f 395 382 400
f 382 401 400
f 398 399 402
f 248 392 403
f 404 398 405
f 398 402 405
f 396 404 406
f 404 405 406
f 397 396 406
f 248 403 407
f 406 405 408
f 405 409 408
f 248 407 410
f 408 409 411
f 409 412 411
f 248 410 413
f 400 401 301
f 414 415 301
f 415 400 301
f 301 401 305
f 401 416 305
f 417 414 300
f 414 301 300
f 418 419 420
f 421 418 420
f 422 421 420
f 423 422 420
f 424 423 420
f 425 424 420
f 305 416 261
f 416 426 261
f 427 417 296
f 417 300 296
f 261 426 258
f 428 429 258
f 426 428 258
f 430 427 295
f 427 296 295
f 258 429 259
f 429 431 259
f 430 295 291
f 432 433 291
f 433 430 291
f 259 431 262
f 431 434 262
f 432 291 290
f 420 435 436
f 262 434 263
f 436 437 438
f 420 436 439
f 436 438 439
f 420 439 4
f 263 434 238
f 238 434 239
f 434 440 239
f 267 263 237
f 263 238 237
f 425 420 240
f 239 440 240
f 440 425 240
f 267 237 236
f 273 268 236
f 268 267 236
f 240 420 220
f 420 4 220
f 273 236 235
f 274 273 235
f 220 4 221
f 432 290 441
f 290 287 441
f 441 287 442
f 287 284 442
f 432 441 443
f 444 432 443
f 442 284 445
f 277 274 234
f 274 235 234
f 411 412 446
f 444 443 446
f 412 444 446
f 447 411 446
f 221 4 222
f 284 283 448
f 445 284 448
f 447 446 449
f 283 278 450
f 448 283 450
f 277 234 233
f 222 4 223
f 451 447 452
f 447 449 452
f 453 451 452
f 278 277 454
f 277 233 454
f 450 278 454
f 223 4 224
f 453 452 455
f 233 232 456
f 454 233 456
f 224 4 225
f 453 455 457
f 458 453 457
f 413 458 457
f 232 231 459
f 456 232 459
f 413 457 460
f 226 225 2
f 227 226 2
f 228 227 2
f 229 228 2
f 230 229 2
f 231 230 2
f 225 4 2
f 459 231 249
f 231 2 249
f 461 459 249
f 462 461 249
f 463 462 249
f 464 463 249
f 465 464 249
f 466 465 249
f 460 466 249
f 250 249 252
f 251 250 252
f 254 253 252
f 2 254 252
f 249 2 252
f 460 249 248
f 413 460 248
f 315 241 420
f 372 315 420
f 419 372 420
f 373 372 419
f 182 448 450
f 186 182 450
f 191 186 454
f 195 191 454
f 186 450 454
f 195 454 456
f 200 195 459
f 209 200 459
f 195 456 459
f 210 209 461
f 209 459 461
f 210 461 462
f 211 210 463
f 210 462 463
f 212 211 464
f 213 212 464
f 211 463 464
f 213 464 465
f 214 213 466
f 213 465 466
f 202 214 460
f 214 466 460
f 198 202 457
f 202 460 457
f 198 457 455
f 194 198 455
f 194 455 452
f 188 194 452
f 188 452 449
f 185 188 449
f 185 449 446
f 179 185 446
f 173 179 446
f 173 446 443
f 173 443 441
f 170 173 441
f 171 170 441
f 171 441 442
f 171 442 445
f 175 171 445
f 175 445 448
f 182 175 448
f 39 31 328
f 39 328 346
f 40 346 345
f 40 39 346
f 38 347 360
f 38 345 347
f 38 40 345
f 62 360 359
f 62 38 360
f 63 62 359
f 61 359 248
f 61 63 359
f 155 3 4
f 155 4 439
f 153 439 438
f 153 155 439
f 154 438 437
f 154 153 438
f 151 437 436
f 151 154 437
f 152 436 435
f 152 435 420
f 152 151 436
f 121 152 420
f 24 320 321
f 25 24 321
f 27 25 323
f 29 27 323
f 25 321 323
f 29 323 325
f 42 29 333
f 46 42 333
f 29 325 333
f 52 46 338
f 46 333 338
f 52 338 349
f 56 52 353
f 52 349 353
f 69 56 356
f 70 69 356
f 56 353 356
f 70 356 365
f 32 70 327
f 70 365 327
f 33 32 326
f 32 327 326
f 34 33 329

___

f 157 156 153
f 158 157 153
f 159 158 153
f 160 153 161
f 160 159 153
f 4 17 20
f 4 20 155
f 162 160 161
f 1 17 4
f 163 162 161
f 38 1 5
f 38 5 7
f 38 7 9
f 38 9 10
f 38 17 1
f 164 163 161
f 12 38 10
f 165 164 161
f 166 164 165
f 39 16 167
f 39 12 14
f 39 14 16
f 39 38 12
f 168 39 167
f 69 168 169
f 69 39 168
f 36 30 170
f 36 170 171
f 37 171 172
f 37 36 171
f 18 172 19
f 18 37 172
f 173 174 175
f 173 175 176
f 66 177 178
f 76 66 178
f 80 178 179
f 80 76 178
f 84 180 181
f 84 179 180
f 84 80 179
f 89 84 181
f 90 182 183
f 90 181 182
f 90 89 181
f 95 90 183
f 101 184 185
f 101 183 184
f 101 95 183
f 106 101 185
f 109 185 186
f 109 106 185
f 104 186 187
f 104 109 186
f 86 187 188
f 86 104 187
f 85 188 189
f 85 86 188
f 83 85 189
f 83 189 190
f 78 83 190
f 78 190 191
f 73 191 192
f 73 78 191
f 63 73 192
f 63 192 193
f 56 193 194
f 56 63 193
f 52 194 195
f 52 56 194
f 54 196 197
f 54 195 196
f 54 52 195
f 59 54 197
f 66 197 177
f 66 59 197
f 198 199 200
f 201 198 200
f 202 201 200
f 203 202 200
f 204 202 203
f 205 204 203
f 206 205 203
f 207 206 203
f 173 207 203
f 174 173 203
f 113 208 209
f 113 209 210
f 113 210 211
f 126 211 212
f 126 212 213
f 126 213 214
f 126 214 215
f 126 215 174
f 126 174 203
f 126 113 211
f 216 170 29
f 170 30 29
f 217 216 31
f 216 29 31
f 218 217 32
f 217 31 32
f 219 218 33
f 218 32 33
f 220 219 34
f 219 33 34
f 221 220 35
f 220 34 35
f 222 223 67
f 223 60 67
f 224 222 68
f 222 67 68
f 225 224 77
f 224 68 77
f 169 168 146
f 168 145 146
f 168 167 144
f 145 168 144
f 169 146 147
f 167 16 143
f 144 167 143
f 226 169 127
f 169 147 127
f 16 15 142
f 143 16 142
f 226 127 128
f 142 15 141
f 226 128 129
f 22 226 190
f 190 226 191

___

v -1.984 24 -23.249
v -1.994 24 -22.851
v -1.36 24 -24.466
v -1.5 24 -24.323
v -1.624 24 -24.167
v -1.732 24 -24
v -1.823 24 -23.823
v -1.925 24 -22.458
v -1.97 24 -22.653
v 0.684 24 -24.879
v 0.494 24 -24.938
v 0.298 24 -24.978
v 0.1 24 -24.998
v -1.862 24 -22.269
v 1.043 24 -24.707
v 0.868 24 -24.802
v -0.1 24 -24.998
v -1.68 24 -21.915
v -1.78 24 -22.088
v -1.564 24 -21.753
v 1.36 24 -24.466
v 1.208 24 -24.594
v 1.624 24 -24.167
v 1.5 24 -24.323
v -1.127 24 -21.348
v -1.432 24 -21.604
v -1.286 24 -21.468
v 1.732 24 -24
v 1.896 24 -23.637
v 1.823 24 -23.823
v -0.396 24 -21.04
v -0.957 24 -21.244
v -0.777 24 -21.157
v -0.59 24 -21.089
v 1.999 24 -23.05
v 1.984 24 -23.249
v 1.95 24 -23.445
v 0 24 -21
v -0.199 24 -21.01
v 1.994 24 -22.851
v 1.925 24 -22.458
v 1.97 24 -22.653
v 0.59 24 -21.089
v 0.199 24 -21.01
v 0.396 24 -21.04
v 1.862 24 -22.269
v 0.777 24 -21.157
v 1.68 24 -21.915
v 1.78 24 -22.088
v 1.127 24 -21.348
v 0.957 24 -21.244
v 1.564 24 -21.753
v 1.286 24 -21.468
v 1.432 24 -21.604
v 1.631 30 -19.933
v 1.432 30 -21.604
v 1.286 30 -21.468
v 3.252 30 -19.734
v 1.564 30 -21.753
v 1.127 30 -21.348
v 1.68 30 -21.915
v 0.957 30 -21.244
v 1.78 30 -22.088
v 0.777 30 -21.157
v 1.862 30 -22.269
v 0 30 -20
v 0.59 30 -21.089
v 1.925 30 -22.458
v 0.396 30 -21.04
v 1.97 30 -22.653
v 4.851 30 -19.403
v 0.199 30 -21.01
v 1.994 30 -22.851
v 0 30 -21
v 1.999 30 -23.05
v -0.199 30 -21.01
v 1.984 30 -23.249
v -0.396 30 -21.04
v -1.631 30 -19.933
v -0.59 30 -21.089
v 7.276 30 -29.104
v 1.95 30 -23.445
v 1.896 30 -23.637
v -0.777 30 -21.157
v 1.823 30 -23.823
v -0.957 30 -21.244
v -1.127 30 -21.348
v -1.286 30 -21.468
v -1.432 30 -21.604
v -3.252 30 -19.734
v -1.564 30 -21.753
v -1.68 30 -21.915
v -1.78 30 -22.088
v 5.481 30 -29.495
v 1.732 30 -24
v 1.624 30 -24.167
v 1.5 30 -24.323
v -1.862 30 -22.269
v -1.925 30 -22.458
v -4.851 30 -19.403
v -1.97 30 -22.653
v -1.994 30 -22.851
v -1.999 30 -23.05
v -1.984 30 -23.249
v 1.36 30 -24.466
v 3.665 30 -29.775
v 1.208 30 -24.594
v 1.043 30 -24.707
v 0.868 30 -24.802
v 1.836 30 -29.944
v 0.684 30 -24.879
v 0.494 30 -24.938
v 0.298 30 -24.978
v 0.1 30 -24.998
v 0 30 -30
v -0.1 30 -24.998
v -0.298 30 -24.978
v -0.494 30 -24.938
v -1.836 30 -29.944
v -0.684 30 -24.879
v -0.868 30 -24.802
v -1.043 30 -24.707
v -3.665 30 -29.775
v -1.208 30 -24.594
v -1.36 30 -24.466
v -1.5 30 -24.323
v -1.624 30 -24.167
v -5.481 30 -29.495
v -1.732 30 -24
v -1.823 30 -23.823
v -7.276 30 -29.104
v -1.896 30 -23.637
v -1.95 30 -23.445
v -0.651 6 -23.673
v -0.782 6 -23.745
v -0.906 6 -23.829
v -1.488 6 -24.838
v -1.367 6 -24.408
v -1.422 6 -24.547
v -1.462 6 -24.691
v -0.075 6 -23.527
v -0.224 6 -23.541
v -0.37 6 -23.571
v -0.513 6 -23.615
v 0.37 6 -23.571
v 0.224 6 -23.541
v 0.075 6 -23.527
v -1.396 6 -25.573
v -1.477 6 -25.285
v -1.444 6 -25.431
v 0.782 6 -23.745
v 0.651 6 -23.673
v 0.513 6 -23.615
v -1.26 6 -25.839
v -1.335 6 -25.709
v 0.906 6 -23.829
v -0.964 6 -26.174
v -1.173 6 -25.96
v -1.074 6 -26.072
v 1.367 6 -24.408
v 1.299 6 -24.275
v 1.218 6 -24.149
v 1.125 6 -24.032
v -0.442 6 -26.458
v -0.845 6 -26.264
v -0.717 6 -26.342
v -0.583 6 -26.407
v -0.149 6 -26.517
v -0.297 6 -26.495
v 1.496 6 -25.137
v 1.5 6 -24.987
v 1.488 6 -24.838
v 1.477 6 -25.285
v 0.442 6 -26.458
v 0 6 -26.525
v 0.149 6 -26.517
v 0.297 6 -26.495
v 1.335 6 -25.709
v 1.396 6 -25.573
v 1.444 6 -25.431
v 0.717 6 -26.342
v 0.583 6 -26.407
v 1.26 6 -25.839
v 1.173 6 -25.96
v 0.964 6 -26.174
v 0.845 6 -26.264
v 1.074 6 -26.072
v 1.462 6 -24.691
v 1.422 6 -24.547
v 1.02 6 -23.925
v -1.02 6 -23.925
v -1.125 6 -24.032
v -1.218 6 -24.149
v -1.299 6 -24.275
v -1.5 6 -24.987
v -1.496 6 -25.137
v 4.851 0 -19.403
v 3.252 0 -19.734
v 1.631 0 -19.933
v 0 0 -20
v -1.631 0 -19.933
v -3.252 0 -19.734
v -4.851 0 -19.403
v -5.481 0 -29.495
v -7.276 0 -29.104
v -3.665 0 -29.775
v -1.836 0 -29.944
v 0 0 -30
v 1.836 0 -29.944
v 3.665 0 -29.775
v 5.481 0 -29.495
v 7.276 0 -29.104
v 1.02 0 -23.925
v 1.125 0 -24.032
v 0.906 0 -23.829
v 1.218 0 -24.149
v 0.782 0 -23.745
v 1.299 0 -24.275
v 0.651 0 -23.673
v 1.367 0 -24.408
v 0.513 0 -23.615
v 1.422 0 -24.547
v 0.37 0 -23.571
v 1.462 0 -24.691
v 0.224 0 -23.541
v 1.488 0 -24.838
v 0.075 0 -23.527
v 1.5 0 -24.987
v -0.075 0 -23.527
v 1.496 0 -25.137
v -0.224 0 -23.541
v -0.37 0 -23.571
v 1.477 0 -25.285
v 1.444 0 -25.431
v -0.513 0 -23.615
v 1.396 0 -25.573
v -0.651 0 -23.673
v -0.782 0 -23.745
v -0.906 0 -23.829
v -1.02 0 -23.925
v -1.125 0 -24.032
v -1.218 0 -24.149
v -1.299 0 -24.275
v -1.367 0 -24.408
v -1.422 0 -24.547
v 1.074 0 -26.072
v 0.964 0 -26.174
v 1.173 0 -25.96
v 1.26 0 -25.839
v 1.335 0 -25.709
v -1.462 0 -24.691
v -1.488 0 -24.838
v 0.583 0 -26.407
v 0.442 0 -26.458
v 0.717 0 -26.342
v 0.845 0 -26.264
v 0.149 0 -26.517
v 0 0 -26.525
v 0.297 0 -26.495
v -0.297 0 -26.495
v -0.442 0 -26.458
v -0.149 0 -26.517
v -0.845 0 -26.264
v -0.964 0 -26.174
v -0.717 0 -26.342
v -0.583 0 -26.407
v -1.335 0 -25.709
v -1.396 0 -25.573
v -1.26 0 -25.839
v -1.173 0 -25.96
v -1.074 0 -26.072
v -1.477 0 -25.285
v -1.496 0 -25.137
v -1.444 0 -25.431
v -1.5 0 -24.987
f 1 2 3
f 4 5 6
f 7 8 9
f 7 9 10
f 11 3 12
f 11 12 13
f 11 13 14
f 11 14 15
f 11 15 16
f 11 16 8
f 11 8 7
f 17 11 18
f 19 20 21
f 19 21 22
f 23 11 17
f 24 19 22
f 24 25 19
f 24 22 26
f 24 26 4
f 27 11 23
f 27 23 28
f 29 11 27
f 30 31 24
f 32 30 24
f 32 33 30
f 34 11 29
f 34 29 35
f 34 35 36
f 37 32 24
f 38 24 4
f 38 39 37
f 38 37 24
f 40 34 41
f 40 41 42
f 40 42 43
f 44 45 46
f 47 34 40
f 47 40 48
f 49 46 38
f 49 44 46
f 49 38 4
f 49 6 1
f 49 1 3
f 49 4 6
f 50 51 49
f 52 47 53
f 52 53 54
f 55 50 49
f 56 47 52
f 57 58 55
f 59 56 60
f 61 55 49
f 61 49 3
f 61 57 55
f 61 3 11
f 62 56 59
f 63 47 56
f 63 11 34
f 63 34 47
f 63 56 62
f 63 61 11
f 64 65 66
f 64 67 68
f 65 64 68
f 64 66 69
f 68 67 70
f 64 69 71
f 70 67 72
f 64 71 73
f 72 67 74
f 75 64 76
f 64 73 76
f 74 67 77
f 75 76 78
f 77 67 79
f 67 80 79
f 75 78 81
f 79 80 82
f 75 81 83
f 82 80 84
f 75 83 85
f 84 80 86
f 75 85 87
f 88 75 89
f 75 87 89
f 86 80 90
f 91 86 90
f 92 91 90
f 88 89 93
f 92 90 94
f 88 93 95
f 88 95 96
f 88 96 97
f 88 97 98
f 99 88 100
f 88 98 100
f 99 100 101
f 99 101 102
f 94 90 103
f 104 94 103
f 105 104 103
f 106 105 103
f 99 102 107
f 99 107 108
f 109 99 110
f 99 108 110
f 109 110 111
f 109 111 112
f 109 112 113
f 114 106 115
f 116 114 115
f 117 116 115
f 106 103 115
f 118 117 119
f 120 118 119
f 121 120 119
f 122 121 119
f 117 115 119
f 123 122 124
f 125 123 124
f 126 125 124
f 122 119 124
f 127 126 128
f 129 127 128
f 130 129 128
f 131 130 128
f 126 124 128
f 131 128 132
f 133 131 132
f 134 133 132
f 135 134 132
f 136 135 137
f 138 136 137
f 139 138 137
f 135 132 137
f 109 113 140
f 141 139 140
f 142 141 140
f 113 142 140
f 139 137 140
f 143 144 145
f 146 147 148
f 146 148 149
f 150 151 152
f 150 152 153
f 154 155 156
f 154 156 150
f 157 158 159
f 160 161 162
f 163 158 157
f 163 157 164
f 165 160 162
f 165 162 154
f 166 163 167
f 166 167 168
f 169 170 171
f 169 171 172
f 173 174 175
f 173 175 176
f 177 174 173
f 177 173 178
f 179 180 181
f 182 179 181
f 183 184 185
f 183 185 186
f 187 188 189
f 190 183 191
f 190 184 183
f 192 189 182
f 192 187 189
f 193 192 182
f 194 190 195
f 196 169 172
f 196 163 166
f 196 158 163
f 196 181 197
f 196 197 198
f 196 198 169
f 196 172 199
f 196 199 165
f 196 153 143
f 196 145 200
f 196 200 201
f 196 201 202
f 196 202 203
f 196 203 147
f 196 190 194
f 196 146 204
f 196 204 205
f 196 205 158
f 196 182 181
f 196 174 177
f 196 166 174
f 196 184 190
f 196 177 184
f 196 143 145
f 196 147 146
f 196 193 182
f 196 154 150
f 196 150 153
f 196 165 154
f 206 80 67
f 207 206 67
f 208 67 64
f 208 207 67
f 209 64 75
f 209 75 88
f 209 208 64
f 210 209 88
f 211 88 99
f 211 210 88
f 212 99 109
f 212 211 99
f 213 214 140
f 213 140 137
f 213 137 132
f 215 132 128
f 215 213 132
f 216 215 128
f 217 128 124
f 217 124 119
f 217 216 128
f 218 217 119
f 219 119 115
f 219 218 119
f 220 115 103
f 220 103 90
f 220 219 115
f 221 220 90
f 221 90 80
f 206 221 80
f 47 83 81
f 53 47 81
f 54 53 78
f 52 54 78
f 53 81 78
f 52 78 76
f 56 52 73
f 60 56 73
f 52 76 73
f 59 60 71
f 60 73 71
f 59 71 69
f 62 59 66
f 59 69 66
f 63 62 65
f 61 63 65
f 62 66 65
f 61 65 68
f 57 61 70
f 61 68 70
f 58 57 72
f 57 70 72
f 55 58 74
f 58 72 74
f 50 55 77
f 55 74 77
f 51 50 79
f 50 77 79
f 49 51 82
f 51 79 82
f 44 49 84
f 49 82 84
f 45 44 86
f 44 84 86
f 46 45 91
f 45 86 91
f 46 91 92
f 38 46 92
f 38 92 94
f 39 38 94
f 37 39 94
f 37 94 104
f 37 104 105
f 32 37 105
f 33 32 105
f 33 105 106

___

▸ **ASSIGNED TASK**
For this exercise, please output exactly the lines above starting at the line with "f 395 382 400" and ending at the line with "f 436 437 438", ends included.

▸ **SOLUTION TO THE PROBLEM**
f 395 382 400
f 382 401 400
f 398 399 402
f 248 392 403
f 404 398 405
f 398 402 405
f 396 404 406
f 404 405 406
f 397 396 406
f 248 403 407
f 406 405 408
f 405 409 408
f 248 407 410
f 408 409 411
f 409 412 411
f 248 410 413
f 400 401 301
f 414 415 301
f 415 400 301
f 301 401 305
f 401 416 305
f 417 414 300
f 414 301 300
f 418 419 420
f 421 418 420
f 422 421 420
f 423 422 420
f 424 423 420
f 425 424 420
f 305 416 261
f 416 426 261
f 427 417 296
f 417 300 296
f 261 426 258
f 428 429 258
f 426 428 258
f 430 427 295
f 427 296 295
f 258 429 259
f 429 431 259
f 430 295 291
f 432 433 291
f 433 430 291
f 259 431 262
f 431 434 262
f 432 291 290
f 420 435 436
f 262 434 263
f 436 437 438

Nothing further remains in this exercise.